GDP growth of just 0.2% quarter-on-quarter in the final quarter of 2018 confirms the slow-growth environment that the eurozone has slipped into and there does not seem to be an easy way out as downside risks persist in early 2019
Hopes of a swift bounce back after the poor third quarter had already faded toward the end of the year, but the 0.2% growth in GDP remains disappointing nevertheless. After hopes of 2.5% growth at the beginning of the year, 2018 annual growth has turned out to be only 1.8%. The end of the year was marked by a disappointing recovery in auto production in Germany, downside risks further impacting confidence and yellow vest protests in France. The persistence in the growth decline indicates that there is more to it than one-offs with downside risks persisting early in 2019 as well.

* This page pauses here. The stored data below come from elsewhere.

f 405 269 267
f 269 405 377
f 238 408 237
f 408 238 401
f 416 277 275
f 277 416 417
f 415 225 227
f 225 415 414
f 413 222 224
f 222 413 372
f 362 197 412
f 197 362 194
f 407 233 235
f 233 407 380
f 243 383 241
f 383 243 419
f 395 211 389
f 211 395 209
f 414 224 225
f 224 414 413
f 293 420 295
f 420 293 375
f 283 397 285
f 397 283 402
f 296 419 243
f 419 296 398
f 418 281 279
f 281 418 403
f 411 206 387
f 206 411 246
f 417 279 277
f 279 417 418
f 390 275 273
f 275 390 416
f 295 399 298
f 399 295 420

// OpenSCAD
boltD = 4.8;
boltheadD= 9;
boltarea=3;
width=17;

Italy saw growth decline by -0.2% in Q4, therefore entering a technical recession and adding to worries about the stability of the third largest eurozone economy. More positive was France where despite the impact from the yellow vest protests, GDP growth held up at 0.3%. A much more severe impact had been indicated by the PMI, which had plummeted into negative territory in December. Exports increased significantly in France, offsetting stalling consumption growth. Germany also avoided a technical recession in Q4 judging from the annual growth figure for 2018 and Spain saw a slight acceleration of growth to 0.7%.

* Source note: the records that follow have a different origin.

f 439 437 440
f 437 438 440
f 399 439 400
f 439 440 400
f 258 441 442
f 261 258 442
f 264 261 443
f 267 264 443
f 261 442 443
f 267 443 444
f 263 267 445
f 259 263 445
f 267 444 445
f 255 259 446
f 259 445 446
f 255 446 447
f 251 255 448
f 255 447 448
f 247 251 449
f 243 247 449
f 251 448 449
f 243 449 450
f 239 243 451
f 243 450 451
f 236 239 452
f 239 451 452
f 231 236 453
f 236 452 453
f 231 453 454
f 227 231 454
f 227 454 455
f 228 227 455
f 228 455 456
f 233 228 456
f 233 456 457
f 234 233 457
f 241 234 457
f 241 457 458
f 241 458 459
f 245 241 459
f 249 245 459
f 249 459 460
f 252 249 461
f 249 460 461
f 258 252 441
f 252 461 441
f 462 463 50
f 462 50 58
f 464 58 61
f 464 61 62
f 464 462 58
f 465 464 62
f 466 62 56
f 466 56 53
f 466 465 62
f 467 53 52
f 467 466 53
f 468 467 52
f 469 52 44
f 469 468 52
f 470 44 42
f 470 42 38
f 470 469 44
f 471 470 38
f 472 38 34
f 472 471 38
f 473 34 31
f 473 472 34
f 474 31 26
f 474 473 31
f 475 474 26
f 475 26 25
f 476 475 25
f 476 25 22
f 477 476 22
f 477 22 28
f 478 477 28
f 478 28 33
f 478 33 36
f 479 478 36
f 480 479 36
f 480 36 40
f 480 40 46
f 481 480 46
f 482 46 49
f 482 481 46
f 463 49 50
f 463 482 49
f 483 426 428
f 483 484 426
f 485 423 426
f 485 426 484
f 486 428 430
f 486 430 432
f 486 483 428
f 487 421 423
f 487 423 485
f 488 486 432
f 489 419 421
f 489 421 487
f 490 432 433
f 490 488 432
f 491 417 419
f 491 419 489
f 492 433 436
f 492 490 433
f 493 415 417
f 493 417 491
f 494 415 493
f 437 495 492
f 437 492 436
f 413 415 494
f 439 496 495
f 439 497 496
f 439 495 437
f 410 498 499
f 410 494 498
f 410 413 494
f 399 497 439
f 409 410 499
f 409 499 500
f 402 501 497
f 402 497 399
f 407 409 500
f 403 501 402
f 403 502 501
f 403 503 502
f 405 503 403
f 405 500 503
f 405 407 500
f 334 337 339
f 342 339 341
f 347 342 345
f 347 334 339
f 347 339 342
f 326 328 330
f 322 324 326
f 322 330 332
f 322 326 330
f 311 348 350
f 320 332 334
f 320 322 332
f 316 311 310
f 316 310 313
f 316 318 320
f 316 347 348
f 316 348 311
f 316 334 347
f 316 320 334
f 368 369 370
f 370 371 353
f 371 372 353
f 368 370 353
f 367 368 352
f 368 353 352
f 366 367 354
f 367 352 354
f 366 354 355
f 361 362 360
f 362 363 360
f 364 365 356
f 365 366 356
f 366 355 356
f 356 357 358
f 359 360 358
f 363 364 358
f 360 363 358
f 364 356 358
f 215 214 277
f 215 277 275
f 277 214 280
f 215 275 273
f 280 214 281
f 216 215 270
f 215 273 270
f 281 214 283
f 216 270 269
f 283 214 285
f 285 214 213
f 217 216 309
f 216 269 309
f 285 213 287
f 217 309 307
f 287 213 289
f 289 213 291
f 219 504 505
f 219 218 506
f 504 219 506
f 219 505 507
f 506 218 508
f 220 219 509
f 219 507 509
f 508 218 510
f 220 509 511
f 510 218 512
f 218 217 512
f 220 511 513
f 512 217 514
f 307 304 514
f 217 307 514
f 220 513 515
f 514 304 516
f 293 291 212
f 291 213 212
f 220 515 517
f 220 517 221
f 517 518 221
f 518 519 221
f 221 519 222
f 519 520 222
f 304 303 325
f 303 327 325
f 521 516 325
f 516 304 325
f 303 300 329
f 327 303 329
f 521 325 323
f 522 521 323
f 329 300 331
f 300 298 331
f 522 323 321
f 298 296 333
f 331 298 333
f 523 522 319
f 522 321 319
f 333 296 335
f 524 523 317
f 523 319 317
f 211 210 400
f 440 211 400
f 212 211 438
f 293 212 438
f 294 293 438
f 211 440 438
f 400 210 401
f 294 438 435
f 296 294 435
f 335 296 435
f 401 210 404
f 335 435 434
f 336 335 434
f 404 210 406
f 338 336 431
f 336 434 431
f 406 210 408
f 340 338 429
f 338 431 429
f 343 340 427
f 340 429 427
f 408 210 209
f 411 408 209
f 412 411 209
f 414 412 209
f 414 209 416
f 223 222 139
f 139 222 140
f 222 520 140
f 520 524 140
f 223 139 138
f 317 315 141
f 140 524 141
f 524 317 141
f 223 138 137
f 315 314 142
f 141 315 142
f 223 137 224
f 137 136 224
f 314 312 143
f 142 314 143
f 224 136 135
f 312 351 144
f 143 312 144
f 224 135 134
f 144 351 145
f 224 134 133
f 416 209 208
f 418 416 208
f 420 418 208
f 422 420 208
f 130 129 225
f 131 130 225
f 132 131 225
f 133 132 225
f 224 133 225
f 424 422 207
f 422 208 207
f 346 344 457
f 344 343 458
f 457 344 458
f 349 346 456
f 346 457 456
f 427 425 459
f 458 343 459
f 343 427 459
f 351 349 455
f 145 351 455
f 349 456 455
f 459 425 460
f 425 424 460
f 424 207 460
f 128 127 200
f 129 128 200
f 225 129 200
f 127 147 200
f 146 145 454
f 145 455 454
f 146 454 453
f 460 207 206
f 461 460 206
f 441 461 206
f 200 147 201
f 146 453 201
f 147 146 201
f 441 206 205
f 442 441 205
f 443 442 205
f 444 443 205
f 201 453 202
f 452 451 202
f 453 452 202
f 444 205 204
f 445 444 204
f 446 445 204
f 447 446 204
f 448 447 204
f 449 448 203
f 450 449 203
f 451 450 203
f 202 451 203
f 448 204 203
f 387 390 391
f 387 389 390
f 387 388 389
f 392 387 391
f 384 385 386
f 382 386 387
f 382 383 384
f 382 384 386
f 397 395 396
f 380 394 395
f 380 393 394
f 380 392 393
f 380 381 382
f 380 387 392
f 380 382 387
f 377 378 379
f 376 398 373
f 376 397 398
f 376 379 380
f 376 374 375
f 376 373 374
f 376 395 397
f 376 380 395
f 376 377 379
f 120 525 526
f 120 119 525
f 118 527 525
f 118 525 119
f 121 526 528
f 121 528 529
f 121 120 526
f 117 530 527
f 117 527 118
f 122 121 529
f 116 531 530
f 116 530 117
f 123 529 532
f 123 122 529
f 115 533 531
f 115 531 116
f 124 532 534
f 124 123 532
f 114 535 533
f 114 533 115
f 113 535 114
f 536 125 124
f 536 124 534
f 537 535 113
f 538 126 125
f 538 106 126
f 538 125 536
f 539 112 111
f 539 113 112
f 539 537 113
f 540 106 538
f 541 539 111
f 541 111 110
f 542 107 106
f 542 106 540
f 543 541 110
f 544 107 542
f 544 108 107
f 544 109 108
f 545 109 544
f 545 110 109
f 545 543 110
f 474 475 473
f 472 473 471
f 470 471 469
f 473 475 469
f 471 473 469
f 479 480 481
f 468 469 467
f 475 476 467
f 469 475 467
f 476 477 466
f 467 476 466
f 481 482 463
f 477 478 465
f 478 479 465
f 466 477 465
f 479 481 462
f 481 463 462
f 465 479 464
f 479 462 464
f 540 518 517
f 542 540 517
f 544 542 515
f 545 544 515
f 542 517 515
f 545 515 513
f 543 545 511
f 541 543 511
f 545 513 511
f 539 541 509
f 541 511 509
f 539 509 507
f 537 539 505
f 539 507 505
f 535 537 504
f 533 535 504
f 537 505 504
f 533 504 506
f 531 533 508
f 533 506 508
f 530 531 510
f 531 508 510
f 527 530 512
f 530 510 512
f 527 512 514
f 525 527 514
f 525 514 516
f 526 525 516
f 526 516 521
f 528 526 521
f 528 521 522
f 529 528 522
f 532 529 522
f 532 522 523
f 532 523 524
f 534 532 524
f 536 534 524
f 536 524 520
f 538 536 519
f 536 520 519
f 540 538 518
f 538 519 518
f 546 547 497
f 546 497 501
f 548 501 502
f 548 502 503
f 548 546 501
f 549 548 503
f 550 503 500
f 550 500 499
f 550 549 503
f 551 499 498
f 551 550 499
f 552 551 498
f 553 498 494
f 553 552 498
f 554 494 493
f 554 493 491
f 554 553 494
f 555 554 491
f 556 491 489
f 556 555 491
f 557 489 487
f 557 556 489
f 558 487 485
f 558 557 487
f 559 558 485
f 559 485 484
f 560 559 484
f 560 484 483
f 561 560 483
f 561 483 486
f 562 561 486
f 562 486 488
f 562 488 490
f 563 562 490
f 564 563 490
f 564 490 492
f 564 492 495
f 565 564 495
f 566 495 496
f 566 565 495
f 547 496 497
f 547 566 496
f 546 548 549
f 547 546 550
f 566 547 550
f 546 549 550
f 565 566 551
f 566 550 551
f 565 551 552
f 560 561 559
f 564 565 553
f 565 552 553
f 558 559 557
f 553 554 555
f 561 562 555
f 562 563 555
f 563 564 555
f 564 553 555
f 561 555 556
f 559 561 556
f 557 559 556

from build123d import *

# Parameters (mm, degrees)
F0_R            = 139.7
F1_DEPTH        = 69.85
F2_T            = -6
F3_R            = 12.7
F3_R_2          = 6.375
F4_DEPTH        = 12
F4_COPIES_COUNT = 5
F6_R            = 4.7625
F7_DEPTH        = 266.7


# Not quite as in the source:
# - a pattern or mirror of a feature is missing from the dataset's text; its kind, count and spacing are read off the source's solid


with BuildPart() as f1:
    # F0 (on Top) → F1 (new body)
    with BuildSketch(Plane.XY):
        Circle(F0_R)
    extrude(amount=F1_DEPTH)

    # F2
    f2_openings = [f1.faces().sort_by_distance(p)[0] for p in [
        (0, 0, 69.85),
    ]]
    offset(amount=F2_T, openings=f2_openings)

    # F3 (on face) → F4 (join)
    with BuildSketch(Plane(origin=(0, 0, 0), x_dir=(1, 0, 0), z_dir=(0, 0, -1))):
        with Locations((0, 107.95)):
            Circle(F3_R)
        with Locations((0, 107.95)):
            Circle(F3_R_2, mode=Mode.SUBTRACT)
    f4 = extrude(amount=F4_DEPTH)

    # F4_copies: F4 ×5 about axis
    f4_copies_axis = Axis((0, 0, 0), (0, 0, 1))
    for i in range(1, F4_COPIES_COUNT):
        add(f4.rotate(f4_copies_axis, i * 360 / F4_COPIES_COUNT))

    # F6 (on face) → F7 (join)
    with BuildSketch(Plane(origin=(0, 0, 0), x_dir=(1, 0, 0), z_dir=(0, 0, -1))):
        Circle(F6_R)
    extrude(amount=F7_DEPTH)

For the ECB, the weak growth rate means that the current staff projections of 1.7% growth for 2019 will be a tall order. Given the weakness in surveys about eurozone growth in January as well, it is likely that the 2019 growth forecast will see a substantial downgrade in March when the new staff projections are released. With this, the almost philosophical debate in the governing council of where we are and where we are going may take a more pessimistic turn that will please the doves.